» Assignment
Please give back, word for word, only the lines starting at the one containing "f 132 269 270" and ending at the one containing "f 360 361 119" within the material below.

BEGIN Extracted material

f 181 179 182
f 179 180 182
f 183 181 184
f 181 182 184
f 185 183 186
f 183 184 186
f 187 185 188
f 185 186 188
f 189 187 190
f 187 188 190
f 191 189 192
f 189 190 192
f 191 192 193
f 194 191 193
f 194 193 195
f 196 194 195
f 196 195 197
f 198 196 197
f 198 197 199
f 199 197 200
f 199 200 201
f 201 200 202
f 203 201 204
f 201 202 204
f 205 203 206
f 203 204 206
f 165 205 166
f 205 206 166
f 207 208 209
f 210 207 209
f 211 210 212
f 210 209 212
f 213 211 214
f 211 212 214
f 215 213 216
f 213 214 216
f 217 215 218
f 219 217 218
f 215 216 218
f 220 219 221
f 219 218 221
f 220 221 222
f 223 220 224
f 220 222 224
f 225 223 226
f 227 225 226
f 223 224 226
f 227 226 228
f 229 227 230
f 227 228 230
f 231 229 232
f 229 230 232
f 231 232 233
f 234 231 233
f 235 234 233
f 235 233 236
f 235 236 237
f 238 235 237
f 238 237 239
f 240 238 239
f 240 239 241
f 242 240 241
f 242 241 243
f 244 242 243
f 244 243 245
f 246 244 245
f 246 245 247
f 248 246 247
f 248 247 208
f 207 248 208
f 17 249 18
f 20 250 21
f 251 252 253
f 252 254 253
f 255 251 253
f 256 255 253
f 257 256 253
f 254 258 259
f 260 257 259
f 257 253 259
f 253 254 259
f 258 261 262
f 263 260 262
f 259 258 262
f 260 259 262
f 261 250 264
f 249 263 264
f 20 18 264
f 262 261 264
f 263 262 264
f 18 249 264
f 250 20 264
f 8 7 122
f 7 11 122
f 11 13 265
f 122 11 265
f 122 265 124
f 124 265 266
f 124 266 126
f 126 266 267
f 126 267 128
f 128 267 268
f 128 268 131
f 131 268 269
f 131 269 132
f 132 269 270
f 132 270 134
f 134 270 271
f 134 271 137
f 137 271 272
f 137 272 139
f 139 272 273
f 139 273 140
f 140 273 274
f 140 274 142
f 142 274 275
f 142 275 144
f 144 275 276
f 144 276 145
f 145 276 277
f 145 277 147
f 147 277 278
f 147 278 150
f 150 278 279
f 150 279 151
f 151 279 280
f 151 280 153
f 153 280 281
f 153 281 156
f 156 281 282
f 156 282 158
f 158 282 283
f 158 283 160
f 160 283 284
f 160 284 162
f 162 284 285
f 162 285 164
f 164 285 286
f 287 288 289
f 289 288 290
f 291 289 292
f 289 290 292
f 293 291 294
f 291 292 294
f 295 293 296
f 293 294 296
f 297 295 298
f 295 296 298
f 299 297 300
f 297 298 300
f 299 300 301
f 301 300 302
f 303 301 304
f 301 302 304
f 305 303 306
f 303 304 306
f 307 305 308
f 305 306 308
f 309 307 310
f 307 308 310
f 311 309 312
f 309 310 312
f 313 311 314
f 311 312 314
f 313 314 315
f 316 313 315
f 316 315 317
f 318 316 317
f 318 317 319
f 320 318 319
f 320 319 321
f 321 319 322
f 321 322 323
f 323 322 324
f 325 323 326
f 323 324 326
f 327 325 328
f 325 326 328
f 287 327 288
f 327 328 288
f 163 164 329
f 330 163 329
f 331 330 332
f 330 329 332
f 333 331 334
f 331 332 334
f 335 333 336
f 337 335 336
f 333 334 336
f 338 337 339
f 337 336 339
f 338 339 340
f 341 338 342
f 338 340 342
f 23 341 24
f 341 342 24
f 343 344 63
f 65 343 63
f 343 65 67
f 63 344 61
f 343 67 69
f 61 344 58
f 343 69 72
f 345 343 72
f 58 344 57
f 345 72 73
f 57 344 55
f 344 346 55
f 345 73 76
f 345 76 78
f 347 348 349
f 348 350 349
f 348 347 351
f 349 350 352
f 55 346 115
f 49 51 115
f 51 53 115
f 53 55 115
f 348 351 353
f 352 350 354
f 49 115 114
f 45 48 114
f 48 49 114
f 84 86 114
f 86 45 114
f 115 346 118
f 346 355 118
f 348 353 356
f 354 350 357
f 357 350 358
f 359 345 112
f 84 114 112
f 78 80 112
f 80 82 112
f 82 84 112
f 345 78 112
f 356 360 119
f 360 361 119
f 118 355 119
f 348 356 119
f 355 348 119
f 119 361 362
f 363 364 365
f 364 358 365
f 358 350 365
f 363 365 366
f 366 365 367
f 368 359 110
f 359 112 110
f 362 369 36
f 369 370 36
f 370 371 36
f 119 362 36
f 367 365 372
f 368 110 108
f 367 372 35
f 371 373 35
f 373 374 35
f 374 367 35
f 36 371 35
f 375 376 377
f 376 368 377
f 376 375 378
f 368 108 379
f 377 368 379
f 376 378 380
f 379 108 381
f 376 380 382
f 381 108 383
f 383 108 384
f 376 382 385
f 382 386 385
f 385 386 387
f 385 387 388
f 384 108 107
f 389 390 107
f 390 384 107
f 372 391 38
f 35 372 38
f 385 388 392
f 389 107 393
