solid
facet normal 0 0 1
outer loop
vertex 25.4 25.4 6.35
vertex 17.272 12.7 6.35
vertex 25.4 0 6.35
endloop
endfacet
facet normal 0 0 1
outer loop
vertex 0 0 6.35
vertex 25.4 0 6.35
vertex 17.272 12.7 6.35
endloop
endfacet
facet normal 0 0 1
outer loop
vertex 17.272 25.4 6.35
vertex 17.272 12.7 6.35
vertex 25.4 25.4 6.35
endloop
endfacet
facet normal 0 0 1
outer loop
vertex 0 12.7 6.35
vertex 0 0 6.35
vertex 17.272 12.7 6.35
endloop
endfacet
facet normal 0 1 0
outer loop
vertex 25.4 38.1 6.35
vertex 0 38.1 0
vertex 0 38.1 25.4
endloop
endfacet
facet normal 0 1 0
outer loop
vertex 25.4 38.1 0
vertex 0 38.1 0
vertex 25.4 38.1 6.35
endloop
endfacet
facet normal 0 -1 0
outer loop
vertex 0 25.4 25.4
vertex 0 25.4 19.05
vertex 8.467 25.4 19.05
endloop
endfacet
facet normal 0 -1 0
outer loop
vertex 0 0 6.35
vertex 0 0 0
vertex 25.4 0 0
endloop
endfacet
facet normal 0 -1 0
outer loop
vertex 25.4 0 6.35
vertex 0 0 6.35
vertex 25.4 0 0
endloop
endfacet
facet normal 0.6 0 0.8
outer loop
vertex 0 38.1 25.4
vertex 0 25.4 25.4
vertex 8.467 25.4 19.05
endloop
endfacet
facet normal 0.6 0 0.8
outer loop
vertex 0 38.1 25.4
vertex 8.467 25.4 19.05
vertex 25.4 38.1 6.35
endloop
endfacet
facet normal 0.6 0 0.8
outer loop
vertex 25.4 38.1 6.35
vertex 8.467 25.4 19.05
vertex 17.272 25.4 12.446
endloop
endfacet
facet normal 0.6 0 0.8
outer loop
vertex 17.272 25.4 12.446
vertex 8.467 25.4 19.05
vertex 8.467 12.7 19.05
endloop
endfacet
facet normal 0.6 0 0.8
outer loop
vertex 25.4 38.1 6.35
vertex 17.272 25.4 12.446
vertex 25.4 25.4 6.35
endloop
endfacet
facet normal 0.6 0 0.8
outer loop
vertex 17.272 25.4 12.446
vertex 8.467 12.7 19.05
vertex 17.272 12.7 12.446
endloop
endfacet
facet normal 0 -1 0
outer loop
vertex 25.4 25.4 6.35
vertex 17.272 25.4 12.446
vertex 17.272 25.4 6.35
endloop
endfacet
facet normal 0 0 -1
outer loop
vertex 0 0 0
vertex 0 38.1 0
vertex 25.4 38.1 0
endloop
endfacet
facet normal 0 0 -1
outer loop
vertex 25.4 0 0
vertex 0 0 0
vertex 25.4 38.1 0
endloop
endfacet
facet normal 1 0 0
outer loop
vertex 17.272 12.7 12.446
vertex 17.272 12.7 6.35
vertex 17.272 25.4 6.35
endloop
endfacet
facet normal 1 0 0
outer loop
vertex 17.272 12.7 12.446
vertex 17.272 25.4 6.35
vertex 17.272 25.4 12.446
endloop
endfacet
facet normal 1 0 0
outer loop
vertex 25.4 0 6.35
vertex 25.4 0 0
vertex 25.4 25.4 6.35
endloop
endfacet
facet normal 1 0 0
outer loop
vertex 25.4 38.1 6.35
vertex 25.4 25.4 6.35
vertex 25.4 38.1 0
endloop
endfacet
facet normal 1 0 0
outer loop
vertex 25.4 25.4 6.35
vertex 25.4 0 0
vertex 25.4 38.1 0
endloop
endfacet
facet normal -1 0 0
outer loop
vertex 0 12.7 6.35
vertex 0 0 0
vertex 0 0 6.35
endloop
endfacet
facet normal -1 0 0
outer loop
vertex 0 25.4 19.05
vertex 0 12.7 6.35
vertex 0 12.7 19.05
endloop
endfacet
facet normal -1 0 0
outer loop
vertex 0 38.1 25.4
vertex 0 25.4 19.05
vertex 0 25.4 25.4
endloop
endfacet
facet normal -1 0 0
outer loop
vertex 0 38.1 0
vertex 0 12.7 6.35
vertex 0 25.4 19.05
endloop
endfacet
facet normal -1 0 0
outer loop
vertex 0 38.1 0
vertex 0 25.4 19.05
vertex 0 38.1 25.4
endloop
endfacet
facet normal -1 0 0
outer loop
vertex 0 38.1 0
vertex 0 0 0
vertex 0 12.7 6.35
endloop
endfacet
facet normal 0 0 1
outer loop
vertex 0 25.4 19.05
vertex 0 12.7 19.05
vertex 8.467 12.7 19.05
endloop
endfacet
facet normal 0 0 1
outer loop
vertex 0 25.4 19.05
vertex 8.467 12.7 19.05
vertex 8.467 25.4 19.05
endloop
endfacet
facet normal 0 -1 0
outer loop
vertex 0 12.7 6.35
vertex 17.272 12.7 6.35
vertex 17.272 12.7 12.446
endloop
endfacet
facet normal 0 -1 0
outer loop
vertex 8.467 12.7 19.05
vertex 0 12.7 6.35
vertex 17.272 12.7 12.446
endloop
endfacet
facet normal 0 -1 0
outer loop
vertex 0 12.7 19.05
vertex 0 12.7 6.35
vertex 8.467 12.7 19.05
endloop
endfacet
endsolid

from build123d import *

# Parameters (mm, degrees)
F0_W      = 25.4
F0_H      = 38.1
F1_DEPTH  = 25.4
F3_DEPTH  = 50.8
F4_W      = 12.7
F4_H      = 19.05
F5_DEPTH  = 50.8
F7_W      = 12.7
F7_H      = 6.35
F8_DEPTH  = 25.4
F9_W      = 8.128
F9_H      = 6.35
F10_DEPTH = 25.4


with BuildPart() as f1:
    # F0 (on Top) → F1 (new body)
    with BuildSketch(Plane.XY):
        with Locations((12.7, 19.05)):
            Rectangle(F0_W, F0_H)
    extrude(amount=F1_DEPTH)

    # F2 (on Front) → F3 (cut)
    with BuildSketch(Plane.XZ):
        Polygon((25.4, 25.4), (0, 25.4), (25.4, 6.35), align=None)
    extrude(amount=-F3_DEPTH, mode=Mode.SUBTRACT)

    # F4 (on Right) → F5 (cut)
    with BuildSketch(Plane.YZ):
        with Locations((6.35, 15.875)):
            Rectangle(F4_W, F4_H)
    extrude(amount=F5_DEPTH, mode=Mode.SUBTRACT)

    # F7 (on Right) → F8 (cut)
    with BuildSketch(Plane.YZ):
        with Locations((19.05, 22.225)):
            Rectangle(F7_W, F7_H)
    extrude(amount=F8_DEPTH, mode=Mode.SUBTRACT)

    # F9 (on Front) → F10 (cut)
    with BuildSketch(Plane.XZ):
        with Locations((21.336, 9.525)):
            Rectangle(F9_W, F9_H)
    extrude(amount=-F10_DEPTH, mode=Mode.SUBTRACT)


solid = f1.part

END Extracted material

» Exercise answer
f 132 269 270
f 132 270 134
f 134 270 271
f 134 271 137
f 137 271 272
f 137 272 139
f 139 272 273
f 139 273 140
f 140 273 274
f 140 274 142
f 142 274 275
f 142 275 144
f 144 275 276
f 144 276 145
f 145 276 277
f 145 277 147
f 147 277 278
f 147 278 150
f 150 278 279
f 150 279 151
f 151 279 280
f 151 280 153
f 153 280 281
f 153 281 156
f 156 281 282
f 156 282 158
f 158 282 283
f 158 283 160
f 160 283 284
f 160 284 162
f 162 284 285
f 162 285 164
f 164 285 286
f 287 288 289
f 289 288 290
f 291 289 292
f 289 290 292
f 293 291 294
f 291 292 294
f 295 293 296
f 293 294 296
f 297 295 298
f 295 296 298
f 299 297 300
f 297 298 300
f 299 300 301
f 301 300 302
f 303 301 304
f 301 302 304
f 305 303 306
f 303 304 306
f 307 305 308
f 305 306 308
f 309 307 310
f 307 308 310
f 311 309 312
f 309 310 312
f 313 311 314
f 311 312 314
f 313 314 315
f 316 313 315
f 316 315 317
f 318 316 317
f 318 317 319
f 320 318 319
f 320 319 321
f 321 319 322
f 321 322 323
f 323 322 324
f 325 323 326
f 323 324 326
f 327 325 328
f 325 326 328
f 287 327 288
f 327 328 288
f 163 164 329
f 330 163 329
f 331 330 332
f 330 329 332
f 333 331 334
f 331 332 334
f 335 333 336
f 337 335 336
f 333 334 336
f 338 337 339
f 337 336 339
f 338 339 340
f 341 338 342
f 338 340 342
f 23 341 24
f 341 342 24
f 343 344 63
f 65 343 63
f 343 65 67
f 63 344 61
f 343 67 69
f 61 344 58
f 343 69 72
f 345 343 72
f 58 344 57
f 345 72 73
f 57 344 55
f 344 346 55
f 345 73 76
f 345 76 78
f 347 348 349
f 348 350 349
f 348 347 351
f 349 350 352
f 55 346 115
f 49 51 115
f 51 53 115
f 53 55 115
f 348 351 353
f 352 350 354
f 49 115 114
f 45 48 114
f 48 49 114
f 84 86 114
f 86 45 114
f 115 346 118
f 346 355 118
f 348 353 356
f 354 350 357
f 357 350 358
f 359 345 112
f 84 114 112
f 78 80 112
f 80 82 112
f 82 84 112
f 345 78 112
f 356 360 119
f 360 361 119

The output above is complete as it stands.